Exercise goal:
Write out the following listing's lines from the one with "#179=VERTEX_POINT('',#178);" to the one with "#198=EDGE_LOOP('',(#197));", exactly, with both included and no others.
※
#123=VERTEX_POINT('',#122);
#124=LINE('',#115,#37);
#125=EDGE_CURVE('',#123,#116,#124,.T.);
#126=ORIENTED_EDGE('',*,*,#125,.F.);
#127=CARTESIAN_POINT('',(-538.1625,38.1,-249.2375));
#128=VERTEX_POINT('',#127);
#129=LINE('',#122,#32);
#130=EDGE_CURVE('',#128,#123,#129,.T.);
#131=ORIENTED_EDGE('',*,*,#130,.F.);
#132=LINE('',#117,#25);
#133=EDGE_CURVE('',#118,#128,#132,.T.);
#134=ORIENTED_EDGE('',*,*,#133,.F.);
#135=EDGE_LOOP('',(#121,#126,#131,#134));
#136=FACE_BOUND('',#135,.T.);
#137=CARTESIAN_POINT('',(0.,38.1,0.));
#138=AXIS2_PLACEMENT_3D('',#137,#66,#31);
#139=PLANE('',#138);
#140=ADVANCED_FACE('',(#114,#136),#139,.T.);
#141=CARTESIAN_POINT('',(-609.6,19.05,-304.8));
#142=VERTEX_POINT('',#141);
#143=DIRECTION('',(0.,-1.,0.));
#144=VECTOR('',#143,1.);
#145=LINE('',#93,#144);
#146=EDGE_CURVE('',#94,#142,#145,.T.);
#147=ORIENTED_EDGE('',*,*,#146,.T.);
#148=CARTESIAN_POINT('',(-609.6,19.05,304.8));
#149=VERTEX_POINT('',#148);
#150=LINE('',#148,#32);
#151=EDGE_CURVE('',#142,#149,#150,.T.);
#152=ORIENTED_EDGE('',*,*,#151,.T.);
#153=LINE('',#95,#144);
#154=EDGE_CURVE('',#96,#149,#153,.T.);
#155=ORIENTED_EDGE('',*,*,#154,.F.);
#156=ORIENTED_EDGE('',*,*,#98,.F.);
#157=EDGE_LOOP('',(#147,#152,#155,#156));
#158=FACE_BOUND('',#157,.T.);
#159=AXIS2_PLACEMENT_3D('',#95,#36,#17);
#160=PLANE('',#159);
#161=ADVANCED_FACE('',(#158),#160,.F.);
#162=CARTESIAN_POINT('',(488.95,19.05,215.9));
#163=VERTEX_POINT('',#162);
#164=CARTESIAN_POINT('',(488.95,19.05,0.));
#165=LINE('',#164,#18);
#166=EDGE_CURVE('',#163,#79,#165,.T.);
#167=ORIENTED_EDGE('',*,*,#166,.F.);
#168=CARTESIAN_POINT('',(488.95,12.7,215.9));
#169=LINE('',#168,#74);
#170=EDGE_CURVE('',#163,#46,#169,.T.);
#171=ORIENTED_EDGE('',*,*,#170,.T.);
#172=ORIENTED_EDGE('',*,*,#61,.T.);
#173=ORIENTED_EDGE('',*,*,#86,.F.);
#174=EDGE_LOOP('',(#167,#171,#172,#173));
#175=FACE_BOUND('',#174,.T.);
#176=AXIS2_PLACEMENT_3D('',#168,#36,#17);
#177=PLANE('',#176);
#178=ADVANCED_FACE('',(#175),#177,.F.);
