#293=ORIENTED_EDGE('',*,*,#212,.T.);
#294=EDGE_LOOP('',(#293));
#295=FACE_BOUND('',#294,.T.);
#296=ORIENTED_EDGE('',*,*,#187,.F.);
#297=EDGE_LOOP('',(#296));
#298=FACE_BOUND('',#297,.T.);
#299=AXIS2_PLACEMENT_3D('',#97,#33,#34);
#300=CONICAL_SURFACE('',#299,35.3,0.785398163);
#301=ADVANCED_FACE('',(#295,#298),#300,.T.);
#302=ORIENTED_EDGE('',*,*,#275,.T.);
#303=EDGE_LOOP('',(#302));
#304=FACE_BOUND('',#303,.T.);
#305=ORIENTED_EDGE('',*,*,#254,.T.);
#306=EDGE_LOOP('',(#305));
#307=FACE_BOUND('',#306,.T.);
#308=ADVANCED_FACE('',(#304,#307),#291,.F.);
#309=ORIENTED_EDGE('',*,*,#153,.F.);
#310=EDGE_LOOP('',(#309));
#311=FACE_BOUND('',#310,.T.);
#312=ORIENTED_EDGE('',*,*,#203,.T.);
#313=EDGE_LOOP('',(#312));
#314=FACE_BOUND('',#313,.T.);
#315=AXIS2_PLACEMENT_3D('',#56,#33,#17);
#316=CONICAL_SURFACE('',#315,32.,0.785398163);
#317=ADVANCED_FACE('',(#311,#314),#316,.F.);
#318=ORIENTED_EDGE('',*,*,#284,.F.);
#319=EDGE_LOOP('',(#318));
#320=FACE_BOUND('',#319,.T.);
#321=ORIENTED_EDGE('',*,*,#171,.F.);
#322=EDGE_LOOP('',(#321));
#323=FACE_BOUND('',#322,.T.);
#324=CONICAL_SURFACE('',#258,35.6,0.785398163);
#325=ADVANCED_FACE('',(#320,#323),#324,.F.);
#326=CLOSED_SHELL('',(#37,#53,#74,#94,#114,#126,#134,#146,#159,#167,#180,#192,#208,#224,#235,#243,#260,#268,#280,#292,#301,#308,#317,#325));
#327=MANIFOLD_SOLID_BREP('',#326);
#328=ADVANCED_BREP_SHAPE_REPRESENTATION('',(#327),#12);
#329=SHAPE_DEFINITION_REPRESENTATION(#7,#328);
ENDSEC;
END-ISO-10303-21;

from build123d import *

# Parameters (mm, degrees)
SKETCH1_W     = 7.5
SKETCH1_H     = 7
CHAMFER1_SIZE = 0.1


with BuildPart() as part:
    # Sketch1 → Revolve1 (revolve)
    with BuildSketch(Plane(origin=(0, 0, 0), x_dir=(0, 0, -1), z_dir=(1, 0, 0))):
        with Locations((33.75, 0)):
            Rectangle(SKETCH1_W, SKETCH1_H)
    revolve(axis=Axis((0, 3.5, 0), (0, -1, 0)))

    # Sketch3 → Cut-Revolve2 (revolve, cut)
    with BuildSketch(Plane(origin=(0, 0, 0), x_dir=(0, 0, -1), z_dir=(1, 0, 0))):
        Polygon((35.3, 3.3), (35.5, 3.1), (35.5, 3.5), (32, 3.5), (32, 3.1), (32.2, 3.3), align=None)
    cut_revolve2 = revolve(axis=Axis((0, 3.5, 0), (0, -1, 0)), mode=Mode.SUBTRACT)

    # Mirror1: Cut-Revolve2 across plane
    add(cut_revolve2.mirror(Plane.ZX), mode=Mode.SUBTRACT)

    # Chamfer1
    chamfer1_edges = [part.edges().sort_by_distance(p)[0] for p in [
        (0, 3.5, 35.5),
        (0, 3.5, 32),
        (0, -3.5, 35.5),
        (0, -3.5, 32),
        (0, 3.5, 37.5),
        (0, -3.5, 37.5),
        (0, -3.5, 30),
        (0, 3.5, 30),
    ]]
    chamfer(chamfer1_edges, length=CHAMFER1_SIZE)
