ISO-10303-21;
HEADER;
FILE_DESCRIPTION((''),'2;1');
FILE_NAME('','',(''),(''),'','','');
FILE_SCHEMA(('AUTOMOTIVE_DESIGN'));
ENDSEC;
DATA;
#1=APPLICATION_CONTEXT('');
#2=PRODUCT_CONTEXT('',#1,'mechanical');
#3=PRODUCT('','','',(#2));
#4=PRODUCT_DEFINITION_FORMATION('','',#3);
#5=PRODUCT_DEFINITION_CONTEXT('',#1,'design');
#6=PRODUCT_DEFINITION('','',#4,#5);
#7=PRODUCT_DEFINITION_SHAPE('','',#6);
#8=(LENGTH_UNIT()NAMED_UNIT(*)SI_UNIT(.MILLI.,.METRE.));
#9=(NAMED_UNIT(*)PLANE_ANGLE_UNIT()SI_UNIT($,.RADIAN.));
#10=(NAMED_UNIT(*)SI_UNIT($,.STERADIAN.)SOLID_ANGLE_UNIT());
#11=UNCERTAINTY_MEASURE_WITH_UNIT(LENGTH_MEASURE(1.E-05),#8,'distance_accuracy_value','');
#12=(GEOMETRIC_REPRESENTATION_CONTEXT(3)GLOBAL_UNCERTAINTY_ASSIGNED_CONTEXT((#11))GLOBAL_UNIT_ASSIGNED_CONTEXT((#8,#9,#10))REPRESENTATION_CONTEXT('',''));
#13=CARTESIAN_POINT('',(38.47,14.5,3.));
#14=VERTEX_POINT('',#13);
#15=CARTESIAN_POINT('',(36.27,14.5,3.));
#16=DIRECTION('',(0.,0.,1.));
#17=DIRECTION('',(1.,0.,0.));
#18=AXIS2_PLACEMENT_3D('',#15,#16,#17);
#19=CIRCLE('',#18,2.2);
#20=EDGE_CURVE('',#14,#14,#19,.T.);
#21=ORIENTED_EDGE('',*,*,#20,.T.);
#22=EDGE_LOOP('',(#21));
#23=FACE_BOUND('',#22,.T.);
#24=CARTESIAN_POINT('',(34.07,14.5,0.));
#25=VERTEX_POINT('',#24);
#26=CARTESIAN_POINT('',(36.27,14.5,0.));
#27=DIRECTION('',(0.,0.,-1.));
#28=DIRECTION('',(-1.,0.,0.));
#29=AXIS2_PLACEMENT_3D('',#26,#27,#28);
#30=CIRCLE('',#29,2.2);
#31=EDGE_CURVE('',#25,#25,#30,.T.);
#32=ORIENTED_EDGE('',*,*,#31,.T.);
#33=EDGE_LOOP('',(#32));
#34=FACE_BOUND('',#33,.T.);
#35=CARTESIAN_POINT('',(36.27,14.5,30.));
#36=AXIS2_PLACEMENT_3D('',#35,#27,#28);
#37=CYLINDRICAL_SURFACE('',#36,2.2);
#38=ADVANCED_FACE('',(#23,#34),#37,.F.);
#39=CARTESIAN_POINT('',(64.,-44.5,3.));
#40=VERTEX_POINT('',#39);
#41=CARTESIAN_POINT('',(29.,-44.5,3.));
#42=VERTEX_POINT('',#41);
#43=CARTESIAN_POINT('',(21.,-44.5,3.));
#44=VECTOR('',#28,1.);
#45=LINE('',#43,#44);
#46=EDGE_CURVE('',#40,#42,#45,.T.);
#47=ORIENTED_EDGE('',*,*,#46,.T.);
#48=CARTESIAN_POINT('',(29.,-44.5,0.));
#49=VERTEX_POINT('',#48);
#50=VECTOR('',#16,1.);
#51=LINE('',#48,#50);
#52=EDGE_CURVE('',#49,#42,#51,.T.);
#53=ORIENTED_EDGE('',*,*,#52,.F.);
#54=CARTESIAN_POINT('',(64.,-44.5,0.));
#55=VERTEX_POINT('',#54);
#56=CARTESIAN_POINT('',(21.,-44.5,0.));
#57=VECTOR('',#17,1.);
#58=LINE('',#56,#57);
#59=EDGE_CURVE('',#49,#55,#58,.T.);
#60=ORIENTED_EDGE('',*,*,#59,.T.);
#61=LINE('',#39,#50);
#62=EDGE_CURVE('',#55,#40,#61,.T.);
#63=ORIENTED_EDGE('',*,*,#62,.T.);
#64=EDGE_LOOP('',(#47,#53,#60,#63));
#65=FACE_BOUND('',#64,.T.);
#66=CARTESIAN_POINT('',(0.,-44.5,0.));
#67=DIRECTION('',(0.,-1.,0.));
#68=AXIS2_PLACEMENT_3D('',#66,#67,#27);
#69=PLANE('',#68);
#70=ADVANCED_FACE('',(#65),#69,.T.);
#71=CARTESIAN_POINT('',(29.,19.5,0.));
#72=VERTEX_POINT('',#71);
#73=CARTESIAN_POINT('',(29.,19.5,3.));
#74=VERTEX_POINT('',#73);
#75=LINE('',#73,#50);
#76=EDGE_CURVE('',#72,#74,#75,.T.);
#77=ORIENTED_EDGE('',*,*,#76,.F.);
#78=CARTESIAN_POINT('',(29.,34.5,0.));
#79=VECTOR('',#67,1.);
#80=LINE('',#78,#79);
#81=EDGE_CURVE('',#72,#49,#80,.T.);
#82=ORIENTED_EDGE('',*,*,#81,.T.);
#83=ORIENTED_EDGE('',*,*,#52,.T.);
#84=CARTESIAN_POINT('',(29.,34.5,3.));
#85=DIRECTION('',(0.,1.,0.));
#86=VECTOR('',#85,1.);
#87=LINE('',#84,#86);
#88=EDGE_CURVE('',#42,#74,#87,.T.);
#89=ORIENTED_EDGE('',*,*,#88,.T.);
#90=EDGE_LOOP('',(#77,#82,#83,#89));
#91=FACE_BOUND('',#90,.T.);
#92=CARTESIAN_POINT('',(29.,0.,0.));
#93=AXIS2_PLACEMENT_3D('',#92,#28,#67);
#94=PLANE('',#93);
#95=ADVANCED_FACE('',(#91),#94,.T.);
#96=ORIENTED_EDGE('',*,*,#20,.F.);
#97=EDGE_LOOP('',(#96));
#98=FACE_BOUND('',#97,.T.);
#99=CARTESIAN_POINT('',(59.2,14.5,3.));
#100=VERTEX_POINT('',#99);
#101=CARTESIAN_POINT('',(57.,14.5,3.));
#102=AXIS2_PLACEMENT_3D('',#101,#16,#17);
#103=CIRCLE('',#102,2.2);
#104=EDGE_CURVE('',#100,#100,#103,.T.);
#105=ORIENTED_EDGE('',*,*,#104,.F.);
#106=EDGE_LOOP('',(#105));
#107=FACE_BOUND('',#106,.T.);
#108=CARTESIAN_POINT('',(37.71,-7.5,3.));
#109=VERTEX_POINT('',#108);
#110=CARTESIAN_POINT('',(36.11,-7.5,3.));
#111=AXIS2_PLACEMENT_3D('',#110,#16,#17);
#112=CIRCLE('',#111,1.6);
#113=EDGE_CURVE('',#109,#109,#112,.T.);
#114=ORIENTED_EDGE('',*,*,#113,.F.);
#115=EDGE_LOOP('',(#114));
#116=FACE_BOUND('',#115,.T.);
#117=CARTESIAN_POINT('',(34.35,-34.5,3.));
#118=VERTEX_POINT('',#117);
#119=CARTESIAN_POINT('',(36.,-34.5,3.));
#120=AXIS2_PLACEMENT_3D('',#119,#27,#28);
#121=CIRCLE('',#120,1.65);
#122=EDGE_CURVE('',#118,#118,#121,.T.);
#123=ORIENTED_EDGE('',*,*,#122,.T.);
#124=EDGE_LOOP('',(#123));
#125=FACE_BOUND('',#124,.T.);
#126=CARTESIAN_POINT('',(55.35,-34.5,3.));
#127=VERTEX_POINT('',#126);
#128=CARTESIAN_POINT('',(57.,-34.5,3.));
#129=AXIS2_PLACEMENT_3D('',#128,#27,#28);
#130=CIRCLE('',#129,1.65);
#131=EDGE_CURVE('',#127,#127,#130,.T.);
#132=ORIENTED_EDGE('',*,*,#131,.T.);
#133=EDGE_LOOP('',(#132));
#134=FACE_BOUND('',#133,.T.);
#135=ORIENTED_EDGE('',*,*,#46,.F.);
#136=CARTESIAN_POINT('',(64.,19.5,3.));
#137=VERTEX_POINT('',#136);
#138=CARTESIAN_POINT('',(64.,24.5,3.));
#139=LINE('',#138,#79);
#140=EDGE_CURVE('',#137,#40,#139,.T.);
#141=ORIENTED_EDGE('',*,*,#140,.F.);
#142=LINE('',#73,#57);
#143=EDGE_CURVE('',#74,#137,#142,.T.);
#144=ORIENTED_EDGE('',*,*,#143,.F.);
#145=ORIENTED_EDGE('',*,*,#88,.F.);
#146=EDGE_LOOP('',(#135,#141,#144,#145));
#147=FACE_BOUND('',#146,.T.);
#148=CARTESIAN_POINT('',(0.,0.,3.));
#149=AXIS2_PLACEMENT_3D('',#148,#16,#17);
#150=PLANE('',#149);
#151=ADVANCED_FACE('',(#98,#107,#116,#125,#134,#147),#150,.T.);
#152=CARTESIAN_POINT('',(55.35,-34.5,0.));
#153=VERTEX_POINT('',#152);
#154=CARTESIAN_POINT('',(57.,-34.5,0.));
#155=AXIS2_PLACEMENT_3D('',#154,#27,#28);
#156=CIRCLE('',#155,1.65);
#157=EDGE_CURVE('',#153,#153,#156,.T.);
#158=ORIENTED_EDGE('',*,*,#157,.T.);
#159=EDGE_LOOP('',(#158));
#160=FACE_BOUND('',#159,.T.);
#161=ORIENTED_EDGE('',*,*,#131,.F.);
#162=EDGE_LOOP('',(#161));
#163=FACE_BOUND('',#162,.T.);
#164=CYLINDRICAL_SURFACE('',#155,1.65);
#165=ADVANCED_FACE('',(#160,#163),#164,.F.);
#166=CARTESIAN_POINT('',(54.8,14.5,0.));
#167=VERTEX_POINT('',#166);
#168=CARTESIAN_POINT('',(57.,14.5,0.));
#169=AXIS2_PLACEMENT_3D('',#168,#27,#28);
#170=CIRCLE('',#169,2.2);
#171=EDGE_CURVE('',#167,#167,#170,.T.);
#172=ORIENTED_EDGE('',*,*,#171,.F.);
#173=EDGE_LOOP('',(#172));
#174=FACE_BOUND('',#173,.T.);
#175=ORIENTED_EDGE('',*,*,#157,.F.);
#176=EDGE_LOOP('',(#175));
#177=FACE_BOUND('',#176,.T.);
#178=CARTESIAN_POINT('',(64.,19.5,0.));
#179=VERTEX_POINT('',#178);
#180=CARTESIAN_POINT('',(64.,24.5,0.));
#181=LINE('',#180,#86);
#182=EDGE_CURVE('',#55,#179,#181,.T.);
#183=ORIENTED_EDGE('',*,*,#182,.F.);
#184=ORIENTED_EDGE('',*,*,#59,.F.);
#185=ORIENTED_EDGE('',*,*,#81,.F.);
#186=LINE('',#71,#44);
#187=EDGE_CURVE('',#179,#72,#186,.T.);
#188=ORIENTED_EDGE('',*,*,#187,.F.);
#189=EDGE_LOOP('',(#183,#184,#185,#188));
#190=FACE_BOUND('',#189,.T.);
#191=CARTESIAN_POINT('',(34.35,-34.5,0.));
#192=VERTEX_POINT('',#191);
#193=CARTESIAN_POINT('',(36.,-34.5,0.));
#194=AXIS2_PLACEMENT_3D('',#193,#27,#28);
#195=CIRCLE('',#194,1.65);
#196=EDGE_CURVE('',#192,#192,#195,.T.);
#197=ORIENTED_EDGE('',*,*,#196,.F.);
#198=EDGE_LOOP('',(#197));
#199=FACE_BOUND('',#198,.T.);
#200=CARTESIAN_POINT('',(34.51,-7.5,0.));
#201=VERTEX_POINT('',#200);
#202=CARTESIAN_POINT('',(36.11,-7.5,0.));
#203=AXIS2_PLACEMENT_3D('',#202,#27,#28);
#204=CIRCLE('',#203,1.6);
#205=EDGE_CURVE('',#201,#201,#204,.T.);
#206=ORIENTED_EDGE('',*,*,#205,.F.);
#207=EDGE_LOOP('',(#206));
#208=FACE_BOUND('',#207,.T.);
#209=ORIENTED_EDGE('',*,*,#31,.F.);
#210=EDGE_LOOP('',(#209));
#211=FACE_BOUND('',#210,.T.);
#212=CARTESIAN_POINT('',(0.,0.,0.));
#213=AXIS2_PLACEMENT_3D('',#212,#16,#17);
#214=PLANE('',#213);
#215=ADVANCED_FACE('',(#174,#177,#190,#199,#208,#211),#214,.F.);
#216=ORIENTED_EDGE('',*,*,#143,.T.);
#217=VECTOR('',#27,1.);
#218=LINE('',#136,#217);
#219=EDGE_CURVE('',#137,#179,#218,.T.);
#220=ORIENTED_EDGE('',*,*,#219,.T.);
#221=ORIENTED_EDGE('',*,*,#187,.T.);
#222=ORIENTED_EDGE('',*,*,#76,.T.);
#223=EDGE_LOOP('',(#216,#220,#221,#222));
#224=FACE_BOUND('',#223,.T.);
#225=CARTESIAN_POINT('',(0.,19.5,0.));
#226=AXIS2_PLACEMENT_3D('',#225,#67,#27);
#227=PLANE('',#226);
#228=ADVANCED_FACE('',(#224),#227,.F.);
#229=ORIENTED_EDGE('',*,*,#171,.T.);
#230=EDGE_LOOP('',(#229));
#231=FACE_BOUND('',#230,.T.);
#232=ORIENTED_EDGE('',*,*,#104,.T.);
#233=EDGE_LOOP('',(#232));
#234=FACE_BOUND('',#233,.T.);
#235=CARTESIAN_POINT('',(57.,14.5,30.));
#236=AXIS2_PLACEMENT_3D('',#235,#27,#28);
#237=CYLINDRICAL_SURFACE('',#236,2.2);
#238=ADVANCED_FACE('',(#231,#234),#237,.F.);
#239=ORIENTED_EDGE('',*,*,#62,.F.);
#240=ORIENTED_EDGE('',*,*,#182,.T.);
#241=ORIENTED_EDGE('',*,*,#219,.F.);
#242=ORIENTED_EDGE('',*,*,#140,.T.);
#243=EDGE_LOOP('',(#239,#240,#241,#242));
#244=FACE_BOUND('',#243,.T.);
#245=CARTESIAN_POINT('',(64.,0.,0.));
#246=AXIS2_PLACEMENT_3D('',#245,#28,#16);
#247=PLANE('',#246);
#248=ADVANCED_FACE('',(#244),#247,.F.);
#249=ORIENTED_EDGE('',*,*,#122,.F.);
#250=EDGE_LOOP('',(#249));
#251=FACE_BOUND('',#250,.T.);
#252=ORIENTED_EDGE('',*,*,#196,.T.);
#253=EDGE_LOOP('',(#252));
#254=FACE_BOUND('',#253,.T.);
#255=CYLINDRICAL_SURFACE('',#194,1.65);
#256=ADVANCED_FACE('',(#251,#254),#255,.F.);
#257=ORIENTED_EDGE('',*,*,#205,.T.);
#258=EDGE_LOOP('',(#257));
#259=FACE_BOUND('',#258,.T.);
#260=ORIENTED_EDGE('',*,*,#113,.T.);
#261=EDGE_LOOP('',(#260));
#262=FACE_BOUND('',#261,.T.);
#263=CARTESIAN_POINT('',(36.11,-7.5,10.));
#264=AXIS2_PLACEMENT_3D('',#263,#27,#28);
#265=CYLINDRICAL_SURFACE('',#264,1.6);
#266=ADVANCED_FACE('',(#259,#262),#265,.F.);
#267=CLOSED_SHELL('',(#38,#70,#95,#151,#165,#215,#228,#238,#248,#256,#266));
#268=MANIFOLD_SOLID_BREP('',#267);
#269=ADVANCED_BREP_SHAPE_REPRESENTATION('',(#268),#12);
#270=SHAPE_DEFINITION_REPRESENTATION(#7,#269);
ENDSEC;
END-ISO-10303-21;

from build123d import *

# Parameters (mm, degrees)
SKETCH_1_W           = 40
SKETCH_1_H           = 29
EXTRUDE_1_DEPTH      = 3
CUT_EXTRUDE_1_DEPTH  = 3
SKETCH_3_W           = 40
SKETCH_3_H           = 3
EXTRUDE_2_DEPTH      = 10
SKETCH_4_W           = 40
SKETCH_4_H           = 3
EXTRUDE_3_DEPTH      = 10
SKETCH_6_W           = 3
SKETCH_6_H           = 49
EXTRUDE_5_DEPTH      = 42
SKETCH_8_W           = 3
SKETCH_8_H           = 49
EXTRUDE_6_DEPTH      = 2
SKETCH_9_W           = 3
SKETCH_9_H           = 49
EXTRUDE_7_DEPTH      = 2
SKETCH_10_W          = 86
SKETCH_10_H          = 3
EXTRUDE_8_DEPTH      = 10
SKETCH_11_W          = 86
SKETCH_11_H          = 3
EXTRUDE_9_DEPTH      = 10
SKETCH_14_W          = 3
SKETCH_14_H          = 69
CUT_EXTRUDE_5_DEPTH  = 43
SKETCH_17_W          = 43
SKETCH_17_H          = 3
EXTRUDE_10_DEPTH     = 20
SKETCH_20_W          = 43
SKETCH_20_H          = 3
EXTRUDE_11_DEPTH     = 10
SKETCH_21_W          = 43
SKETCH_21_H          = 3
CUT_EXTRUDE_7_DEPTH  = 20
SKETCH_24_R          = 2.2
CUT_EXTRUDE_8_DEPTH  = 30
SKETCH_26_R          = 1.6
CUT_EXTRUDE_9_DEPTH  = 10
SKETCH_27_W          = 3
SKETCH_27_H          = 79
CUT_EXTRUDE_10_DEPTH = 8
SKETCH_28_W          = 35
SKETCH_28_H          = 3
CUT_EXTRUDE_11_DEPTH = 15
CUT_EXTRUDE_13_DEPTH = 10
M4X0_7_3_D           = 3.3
※
Result for this exercise:
#179=VERTEX_POINT('',#178);
#180=CARTESIAN_POINT('',(64.,24.5,0.));
#181=LINE('',#180,#86);
#182=EDGE_CURVE('',#55,#179,#181,.T.);
#183=ORIENTED_EDGE('',*,*,#182,.F.);
#184=ORIENTED_EDGE('',*,*,#59,.F.);
#185=ORIENTED_EDGE('',*,*,#81,.F.);
#186=LINE('',#71,#44);
#187=EDGE_CURVE('',#179,#72,#186,.T.);
#188=ORIENTED_EDGE('',*,*,#187,.F.);
#189=EDGE_LOOP('',(#183,#184,#185,#188));
#190=FACE_BOUND('',#189,.T.);
#191=CARTESIAN_POINT('',(34.35,-34.5,0.));
#192=VERTEX_POINT('',#191);
#193=CARTESIAN_POINT('',(36.,-34.5,0.));
#194=AXIS2_PLACEMENT_3D('',#193,#27,#28);
#195=CIRCLE('',#194,1.65);
#196=EDGE_CURVE('',#192,#192,#195,.T.);
#197=ORIENTED_EDGE('',*,*,#196,.F.);
#198=EDGE_LOOP('',(#197));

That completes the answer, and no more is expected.